Dataset excerpts:
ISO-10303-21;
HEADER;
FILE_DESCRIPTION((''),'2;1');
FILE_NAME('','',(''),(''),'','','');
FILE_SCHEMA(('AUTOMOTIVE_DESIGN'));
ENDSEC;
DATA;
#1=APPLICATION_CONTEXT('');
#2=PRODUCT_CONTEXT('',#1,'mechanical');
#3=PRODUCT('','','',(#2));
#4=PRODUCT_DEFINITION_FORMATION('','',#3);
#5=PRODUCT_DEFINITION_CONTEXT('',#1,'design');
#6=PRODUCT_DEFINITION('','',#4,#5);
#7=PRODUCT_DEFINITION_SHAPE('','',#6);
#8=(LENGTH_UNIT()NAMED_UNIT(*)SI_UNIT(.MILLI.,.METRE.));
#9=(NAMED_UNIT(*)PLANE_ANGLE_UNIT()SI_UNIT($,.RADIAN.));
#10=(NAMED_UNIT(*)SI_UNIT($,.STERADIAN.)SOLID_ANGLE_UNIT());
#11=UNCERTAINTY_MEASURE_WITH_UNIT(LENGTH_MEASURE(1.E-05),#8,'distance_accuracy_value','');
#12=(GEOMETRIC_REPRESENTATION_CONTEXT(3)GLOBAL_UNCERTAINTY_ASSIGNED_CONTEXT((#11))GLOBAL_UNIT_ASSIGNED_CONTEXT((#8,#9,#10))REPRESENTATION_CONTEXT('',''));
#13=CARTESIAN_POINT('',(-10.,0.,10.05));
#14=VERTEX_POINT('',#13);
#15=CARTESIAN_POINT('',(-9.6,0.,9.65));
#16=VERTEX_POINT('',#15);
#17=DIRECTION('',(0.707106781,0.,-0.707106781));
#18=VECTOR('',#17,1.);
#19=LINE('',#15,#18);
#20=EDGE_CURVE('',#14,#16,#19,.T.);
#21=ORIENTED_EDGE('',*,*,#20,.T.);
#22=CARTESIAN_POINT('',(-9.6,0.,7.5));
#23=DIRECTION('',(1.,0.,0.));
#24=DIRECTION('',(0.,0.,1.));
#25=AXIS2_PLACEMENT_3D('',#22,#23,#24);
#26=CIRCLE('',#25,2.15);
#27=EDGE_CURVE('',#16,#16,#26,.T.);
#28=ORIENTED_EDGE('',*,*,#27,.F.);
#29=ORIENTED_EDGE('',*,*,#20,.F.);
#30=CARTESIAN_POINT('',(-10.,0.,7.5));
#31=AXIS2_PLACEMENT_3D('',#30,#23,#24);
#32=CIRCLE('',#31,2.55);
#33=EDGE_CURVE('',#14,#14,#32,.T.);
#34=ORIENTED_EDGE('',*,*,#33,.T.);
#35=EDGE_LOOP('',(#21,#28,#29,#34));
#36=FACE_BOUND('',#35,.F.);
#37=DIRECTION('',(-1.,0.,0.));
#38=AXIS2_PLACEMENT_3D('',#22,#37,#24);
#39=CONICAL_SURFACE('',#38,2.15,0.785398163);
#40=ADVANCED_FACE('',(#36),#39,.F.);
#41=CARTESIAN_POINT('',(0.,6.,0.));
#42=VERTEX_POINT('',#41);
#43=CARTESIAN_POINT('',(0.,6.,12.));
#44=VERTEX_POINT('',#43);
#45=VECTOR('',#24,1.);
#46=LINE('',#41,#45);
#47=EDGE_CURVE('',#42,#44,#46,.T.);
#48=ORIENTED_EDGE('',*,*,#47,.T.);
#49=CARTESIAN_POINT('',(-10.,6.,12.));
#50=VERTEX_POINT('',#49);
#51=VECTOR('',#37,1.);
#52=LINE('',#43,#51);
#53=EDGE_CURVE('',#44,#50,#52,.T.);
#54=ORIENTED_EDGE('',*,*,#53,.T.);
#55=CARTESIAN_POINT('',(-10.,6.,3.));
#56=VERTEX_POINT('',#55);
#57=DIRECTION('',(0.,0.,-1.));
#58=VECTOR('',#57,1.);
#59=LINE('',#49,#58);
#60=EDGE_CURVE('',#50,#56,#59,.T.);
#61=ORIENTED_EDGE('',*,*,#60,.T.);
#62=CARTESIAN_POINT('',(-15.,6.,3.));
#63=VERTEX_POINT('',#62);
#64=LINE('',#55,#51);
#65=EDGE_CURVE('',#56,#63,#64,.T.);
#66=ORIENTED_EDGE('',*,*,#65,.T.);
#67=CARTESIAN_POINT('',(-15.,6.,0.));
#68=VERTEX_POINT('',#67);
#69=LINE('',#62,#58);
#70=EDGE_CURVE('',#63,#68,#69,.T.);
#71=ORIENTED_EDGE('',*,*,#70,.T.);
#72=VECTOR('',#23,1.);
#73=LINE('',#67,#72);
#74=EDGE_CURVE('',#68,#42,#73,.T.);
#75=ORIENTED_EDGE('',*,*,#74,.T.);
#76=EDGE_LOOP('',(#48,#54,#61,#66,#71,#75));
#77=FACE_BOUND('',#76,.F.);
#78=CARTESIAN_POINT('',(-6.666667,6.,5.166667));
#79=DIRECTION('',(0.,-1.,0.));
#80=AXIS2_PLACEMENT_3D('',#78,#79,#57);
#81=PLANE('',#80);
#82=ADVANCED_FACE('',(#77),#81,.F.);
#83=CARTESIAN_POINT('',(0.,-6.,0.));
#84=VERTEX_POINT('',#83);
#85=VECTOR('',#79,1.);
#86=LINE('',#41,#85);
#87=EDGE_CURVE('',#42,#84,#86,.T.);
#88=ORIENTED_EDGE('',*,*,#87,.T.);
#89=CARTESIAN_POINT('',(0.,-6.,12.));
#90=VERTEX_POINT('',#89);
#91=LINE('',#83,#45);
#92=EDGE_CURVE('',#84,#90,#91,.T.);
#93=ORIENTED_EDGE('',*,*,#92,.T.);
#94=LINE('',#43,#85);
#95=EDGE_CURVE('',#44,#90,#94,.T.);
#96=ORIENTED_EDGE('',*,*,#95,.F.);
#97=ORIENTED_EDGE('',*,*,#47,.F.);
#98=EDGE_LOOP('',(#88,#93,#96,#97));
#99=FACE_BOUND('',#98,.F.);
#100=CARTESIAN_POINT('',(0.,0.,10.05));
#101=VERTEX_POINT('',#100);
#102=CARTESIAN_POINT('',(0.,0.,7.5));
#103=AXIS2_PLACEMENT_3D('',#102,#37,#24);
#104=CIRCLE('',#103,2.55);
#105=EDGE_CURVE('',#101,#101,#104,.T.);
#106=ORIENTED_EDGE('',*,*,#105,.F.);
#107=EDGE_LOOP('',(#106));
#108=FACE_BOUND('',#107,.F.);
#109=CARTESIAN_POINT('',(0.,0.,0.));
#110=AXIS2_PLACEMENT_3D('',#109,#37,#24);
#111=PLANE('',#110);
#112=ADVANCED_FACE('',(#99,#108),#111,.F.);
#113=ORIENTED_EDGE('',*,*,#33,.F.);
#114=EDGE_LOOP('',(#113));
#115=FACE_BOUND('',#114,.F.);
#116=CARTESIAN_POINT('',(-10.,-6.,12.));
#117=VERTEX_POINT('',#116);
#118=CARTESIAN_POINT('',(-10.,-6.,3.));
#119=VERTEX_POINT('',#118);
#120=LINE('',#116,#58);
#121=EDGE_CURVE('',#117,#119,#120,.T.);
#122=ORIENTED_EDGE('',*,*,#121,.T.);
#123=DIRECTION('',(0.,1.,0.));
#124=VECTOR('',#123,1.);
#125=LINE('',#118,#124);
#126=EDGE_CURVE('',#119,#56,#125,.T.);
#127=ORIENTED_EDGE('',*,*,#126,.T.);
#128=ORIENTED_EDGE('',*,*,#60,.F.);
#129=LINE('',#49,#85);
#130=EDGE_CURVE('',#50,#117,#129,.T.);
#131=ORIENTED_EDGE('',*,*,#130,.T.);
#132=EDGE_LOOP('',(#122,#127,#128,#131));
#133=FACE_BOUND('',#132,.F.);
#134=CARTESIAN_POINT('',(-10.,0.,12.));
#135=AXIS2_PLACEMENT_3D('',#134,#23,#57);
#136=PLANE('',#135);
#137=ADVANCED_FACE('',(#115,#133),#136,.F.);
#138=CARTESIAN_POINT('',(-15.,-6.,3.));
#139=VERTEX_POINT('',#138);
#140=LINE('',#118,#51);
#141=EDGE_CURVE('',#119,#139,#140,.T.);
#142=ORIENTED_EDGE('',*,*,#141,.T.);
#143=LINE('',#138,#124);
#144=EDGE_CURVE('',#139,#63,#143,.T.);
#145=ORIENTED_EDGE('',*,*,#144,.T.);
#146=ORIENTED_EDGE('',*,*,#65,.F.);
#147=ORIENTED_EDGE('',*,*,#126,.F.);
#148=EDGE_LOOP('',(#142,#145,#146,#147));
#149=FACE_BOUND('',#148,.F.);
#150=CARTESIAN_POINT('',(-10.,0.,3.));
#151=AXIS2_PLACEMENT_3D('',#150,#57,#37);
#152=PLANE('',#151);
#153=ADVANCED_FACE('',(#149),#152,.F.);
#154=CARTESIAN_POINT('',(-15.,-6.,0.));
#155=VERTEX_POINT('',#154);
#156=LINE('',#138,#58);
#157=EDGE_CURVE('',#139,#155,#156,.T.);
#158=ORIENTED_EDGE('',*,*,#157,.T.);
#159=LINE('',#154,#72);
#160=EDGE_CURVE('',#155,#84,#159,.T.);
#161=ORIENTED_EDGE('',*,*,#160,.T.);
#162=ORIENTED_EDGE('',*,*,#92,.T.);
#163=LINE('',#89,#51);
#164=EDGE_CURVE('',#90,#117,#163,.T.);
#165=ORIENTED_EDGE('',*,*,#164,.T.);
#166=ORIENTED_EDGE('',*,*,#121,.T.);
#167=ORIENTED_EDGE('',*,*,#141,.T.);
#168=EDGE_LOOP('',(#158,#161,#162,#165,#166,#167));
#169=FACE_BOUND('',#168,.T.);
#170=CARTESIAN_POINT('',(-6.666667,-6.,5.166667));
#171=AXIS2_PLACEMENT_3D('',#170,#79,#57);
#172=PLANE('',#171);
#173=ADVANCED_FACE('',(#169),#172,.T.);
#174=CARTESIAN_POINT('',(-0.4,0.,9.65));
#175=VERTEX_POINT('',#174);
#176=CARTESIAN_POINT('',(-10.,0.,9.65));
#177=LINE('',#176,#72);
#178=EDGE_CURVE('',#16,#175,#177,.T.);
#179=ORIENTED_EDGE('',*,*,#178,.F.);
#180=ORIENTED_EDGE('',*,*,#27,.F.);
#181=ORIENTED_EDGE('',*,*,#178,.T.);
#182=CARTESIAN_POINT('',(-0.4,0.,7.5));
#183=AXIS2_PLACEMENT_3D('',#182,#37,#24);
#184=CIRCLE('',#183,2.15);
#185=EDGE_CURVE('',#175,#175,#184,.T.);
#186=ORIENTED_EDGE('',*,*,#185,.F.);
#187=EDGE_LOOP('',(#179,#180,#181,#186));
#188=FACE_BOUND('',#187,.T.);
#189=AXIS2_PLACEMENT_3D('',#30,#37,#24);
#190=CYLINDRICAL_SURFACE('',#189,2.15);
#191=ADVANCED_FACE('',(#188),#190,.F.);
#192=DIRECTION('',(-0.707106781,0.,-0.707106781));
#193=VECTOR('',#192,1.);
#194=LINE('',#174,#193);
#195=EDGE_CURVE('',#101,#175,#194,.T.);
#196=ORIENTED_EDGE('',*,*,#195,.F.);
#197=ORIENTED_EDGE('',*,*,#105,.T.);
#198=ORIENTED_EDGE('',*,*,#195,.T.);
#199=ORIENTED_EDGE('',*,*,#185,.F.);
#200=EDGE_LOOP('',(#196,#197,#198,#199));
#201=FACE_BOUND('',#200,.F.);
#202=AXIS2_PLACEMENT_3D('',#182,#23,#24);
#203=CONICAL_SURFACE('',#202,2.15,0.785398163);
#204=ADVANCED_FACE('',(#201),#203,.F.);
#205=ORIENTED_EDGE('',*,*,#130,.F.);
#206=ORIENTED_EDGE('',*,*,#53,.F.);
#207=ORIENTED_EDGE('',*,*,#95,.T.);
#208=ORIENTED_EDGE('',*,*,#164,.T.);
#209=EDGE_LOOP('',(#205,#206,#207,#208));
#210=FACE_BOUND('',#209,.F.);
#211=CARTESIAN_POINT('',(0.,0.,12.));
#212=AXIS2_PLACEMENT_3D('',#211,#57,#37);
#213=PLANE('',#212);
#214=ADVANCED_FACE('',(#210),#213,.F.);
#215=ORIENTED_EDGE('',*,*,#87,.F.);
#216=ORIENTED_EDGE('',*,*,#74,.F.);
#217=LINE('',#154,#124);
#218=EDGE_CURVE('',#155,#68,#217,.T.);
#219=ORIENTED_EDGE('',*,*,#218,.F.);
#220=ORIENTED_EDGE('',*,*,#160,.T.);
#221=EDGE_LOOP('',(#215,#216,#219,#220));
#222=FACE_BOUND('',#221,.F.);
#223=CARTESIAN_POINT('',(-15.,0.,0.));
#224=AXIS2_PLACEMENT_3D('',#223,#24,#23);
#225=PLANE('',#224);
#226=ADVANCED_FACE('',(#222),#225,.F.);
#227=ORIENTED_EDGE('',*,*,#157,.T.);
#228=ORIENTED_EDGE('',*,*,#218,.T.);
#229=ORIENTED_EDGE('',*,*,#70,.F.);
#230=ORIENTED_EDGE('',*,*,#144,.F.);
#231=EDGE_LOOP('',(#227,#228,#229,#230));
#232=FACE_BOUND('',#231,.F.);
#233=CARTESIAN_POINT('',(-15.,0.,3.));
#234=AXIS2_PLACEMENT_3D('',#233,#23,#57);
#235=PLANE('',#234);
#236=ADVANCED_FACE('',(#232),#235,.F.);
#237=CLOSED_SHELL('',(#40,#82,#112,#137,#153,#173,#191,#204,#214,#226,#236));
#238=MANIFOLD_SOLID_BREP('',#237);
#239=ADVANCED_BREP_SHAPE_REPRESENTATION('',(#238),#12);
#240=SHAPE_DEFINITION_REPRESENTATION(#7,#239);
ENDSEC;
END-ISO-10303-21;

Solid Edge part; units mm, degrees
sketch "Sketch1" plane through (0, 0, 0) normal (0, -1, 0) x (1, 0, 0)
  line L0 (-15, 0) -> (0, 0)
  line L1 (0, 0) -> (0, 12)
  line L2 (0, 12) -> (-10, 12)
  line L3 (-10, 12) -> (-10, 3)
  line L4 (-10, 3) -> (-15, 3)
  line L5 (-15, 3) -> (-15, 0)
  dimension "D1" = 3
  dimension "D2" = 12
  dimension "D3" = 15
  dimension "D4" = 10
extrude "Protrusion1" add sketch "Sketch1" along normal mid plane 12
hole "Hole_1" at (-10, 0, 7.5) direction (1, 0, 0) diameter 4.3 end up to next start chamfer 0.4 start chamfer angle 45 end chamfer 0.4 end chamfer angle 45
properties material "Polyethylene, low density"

Prompt: Write out only the lines that run from the line containing "#183=AXIS2_PLACEMENT_3D('',#182,#37,#24);" through the line containing "#239=ADVANCED_BREP_SHAPE_REPRESENTATION('',(#238),#12);", both included, exactly as they appear above.

Solution:
#183=AXIS2_PLACEMENT_3D('',#182,#37,#24);
#184=CIRCLE('',#183,2.15);
#185=EDGE_CURVE('',#175,#175,#184,.T.);
#186=ORIENTED_EDGE('',*,*,#185,.F.);
#187=EDGE_LOOP('',(#179,#180,#181,#186));
#188=FACE_BOUND('',#187,.T.);
#189=AXIS2_PLACEMENT_3D('',#30,#37,#24);
#190=CYLINDRICAL_SURFACE('',#189,2.15);
#191=ADVANCED_FACE('',(#188),#190,.F.);
#192=DIRECTION('',(-0.707106781,0.,-0.707106781));
#193=VECTOR('',#192,1.);
#194=LINE('',#174,#193);
#195=EDGE_CURVE('',#101,#175,#194,.T.);
#196=ORIENTED_EDGE('',*,*,#195,.F.);
#197=ORIENTED_EDGE('',*,*,#105,.T.);
#198=ORIENTED_EDGE('',*,*,#195,.T.);
#199=ORIENTED_EDGE('',*,*,#185,.F.);
#200=EDGE_LOOP('',(#196,#197,#198,#199));
#201=FACE_BOUND('',#200,.F.);
#202=AXIS2_PLACEMENT_3D('',#182,#23,#24);
#203=CONICAL_SURFACE('',#202,2.15,0.785398163);
#204=ADVANCED_FACE('',(#201),#203,.F.);
#205=ORIENTED_EDGE('',*,*,#130,.F.);
#206=ORIENTED_EDGE('',*,*,#53,.F.);
#207=ORIENTED_EDGE('',*,*,#95,.T.);
#208=ORIENTED_EDGE('',*,*,#164,.T.);
#209=EDGE_LOOP('',(#205,#206,#207,#208));
#210=FACE_BOUND('',#209,.F.);
#211=CARTESIAN_POINT('',(0.,0.,12.));
#212=AXIS2_PLACEMENT_3D('',#211,#57,#37);
#213=PLANE('',#212);
#214=ADVANCED_FACE('',(#210),#213,.F.);
#215=ORIENTED_EDGE('',*,*,#87,.F.);
#216=ORIENTED_EDGE('',*,*,#74,.F.);
#217=LINE('',#154,#124);
#218=EDGE_CURVE('',#155,#68,#217,.T.);
#219=ORIENTED_EDGE('',*,*,#218,.F.);
#220=ORIENTED_EDGE('',*,*,#160,.T.);
#221=EDGE_LOOP('',(#215,#216,#219,#220));
#222=FACE_BOUND('',#221,.F.);
#223=CARTESIAN_POINT('',(-15.,0.,0.));
#224=AXIS2_PLACEMENT_3D('',#223,#24,#23);
#225=PLANE('',#224);
#226=ADVANCED_FACE('',(#222),#225,.F.);
#227=ORIENTED_EDGE('',*,*,#157,.T.);
#228=ORIENTED_EDGE('',*,*,#218,.T.);
#229=ORIENTED_EDGE('',*,*,#70,.F.);
#230=ORIENTED_EDGE('',*,*,#144,.F.);
#231=EDGE_LOOP('',(#227,#228,#229,#230));
#232=FACE_BOUND('',#231,.F.);
#233=CARTESIAN_POINT('',(-15.,0.,3.));
#234=AXIS2_PLACEMENT_3D('',#233,#23,#57);
#235=PLANE('',#234);
#236=ADVANCED_FACE('',(#232),#235,.F.);
#237=CLOSED_SHELL('',(#40,#82,#112,#137,#153,#173,#191,#204,#214,#226,#236));
#238=MANIFOLD_SOLID_BREP('',#237);
#239=ADVANCED_BREP_SHAPE_REPRESENTATION('',(#238),#12);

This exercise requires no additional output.